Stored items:
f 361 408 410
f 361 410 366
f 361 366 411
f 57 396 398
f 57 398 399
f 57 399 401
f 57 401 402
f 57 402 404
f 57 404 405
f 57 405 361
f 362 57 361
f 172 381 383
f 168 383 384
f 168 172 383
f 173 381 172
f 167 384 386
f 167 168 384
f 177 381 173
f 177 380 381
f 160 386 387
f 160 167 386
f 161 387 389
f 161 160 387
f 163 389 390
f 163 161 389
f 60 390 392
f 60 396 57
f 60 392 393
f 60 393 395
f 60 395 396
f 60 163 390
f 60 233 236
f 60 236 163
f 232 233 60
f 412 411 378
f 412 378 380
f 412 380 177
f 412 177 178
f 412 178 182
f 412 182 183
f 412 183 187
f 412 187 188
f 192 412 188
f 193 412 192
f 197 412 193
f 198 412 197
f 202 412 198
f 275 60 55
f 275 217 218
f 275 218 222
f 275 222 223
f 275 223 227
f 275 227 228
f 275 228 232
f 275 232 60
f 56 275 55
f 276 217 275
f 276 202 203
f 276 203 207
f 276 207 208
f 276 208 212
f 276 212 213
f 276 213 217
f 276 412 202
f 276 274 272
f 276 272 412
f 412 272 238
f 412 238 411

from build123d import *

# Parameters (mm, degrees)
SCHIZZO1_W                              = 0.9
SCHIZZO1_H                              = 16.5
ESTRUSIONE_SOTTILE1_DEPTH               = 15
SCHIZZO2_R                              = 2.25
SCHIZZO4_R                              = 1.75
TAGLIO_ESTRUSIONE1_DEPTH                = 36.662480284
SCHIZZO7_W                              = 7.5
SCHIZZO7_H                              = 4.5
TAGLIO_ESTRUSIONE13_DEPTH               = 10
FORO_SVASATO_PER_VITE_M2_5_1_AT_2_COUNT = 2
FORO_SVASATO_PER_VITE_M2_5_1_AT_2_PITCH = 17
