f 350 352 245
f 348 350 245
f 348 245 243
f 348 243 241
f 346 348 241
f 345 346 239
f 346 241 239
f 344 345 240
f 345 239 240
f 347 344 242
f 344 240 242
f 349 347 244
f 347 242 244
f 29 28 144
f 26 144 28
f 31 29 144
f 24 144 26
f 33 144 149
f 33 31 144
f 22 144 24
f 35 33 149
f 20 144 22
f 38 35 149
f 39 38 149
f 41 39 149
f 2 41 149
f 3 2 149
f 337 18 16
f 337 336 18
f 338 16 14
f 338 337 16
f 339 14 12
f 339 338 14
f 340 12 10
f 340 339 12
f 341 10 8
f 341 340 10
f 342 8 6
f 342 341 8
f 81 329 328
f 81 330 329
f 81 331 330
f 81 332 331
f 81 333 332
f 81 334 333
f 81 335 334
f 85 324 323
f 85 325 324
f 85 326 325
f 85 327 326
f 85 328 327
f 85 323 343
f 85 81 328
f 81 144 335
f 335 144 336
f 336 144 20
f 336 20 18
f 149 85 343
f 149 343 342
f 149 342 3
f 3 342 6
---
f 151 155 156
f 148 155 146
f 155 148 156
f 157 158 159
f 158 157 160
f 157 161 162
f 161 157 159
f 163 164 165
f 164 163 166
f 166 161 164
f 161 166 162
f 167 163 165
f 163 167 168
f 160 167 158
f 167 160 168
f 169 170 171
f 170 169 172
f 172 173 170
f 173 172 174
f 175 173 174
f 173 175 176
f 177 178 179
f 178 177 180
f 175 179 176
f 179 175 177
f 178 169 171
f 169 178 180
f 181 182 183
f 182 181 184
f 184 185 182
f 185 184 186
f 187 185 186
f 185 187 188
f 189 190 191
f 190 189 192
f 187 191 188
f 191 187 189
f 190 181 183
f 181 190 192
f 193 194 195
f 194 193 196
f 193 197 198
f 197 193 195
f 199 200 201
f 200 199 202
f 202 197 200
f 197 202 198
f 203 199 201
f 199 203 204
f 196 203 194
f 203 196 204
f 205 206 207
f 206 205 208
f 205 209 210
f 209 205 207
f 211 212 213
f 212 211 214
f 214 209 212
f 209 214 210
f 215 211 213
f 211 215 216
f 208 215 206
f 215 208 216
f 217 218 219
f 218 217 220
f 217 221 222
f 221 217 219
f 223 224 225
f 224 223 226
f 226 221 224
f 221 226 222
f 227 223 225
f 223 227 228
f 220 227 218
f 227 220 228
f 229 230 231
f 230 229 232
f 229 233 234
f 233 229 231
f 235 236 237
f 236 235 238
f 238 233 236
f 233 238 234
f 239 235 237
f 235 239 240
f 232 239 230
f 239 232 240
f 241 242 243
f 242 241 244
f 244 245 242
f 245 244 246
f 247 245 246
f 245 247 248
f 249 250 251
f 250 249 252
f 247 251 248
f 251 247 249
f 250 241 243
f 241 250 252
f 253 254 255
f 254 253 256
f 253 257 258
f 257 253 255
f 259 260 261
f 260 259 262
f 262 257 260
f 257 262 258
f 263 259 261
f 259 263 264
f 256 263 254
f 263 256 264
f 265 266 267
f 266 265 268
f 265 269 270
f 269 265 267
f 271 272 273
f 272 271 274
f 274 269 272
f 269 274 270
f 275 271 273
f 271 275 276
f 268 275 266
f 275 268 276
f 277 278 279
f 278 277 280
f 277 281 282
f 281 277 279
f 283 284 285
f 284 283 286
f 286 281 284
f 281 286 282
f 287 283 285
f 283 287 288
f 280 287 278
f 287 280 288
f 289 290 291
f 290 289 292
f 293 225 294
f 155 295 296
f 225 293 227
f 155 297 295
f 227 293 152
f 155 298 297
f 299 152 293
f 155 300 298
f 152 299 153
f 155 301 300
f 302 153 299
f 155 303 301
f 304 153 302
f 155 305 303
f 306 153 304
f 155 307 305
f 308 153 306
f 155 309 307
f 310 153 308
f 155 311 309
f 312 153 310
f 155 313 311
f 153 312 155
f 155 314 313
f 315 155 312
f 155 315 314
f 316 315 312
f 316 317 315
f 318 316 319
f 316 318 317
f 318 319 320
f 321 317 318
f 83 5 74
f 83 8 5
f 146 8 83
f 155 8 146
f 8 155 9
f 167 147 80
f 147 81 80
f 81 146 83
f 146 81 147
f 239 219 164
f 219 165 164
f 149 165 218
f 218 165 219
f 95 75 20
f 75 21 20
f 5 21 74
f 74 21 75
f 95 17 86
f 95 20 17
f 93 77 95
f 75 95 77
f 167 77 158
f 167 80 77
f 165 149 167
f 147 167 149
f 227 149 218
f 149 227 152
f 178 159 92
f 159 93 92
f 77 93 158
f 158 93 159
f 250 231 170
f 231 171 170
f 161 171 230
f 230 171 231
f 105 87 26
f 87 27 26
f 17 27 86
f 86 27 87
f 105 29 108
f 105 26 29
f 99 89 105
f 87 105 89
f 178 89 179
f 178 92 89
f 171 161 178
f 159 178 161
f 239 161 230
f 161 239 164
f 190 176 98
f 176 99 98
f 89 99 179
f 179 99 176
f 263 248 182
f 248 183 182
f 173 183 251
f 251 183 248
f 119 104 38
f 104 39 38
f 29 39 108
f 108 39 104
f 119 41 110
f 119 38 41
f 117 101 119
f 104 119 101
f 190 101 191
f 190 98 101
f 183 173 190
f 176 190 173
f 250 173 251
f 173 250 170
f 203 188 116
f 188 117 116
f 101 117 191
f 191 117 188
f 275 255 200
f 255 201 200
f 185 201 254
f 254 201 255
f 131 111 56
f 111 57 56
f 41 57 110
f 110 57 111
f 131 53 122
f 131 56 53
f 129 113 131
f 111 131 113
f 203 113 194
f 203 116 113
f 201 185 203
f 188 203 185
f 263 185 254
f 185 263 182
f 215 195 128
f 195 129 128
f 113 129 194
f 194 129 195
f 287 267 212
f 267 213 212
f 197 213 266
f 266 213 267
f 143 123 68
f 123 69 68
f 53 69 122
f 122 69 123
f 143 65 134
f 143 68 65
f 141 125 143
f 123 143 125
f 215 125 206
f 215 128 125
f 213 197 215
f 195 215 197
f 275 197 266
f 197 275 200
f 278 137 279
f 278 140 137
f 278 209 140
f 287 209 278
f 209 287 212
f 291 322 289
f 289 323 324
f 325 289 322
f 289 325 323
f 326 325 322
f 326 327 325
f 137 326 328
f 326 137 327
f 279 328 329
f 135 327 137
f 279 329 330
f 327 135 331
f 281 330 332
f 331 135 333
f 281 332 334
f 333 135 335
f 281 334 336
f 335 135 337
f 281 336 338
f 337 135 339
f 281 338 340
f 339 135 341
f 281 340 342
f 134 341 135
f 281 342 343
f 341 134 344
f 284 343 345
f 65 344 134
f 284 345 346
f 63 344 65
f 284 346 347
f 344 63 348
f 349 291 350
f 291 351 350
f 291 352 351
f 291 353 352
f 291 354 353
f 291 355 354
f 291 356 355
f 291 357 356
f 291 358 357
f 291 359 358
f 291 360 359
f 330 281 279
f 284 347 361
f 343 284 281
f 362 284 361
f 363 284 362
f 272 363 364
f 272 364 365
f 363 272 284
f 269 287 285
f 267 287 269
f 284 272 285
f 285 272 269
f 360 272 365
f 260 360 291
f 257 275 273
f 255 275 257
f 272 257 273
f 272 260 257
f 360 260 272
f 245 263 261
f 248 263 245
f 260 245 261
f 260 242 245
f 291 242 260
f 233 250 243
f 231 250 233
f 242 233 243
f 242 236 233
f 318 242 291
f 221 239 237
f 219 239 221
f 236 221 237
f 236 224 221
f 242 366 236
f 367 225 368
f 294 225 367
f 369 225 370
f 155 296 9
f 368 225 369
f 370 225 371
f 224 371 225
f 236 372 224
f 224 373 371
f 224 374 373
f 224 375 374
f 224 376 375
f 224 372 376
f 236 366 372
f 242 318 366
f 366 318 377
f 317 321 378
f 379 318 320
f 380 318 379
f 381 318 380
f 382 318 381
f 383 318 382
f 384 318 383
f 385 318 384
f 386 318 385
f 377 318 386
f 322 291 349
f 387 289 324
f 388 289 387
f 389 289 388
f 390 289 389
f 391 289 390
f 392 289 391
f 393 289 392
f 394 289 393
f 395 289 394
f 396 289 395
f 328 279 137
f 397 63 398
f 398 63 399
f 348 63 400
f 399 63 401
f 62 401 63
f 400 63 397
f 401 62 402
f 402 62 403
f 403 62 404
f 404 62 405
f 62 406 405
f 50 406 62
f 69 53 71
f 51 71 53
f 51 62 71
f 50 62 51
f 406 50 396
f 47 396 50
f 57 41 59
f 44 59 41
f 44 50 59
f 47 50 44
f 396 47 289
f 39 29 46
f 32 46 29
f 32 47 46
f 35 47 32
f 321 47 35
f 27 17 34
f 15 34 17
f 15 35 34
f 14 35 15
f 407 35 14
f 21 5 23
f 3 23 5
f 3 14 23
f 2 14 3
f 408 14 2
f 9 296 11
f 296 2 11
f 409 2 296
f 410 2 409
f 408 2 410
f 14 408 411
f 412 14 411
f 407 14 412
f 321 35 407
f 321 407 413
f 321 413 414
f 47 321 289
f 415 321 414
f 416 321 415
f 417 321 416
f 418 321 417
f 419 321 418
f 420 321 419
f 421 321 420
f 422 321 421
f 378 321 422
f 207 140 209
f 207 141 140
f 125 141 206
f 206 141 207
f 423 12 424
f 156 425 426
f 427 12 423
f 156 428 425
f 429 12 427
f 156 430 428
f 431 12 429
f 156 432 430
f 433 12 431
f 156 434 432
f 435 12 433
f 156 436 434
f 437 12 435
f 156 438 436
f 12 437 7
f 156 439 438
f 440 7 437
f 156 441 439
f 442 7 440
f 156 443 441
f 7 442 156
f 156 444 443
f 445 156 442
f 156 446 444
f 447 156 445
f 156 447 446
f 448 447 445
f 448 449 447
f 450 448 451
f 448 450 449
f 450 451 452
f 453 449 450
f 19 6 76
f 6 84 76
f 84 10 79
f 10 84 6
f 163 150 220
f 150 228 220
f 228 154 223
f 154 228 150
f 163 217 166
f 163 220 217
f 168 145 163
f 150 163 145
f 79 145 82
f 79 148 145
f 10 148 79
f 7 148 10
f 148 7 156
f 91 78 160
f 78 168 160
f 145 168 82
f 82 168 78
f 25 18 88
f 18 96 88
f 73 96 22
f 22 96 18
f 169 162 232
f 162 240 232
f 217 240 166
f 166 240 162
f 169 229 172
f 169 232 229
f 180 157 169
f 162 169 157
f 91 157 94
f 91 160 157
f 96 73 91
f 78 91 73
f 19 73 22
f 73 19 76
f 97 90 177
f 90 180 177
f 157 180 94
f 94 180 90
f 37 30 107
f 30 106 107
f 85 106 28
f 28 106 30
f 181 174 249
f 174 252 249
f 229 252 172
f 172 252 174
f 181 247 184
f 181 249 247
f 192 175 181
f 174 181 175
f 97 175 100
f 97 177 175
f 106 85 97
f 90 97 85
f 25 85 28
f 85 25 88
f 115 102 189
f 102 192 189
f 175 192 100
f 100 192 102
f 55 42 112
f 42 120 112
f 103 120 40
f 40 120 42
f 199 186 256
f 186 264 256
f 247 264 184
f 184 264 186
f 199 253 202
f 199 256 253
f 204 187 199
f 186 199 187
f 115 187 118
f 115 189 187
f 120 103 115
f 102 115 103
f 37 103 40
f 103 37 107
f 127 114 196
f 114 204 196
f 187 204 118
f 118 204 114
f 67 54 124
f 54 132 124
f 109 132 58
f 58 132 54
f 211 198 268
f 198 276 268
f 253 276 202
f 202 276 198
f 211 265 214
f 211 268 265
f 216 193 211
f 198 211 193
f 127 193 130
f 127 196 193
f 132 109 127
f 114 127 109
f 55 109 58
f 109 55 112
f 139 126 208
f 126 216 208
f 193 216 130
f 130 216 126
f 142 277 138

**WHAT YOU NEED TO DO**
Reproduce the entries above exactly, but only the lines between the line holding "f 245 244 246" and the line holding "f 304 153 302", inclusive.

**SOLUTION FOR THIS EXERCISE**
f 245 244 246
f 247 245 246
f 245 247 248
f 249 250 251
f 250 249 252
f 247 251 248
f 251 247 249
f 250 241 243
f 241 250 252
f 253 254 255
f 254 253 256
f 253 257 258
f 257 253 255
f 259 260 261
f 260 259 262
f 262 257 260
f 257 262 258
f 263 259 261
f 259 263 264
f 256 263 254
f 263 256 264
f 265 266 267
f 266 265 268
f 265 269 270
f 269 265 267
f 271 272 273
f 272 271 274
f 274 269 272
f 269 274 270
f 275 271 273
f 271 275 276
f 268 275 266
f 275 268 276
f 277 278 279
f 278 277 280
f 277 281 282
f 281 277 279
f 283 284 285
f 284 283 286
f 286 281 284
f 281 286 282
f 287 283 285
f 283 287 288
f 280 287 278
f 287 280 288
f 289 290 291
f 290 289 292
f 293 225 294
f 155 295 296
f 225 293 227
f 155 297 295
f 227 293 152
f 155 298 297
f 299 152 293
f 155 300 298
f 152 299 153
f 155 301 300
f 302 153 299
f 155 303 301
f 304 153 302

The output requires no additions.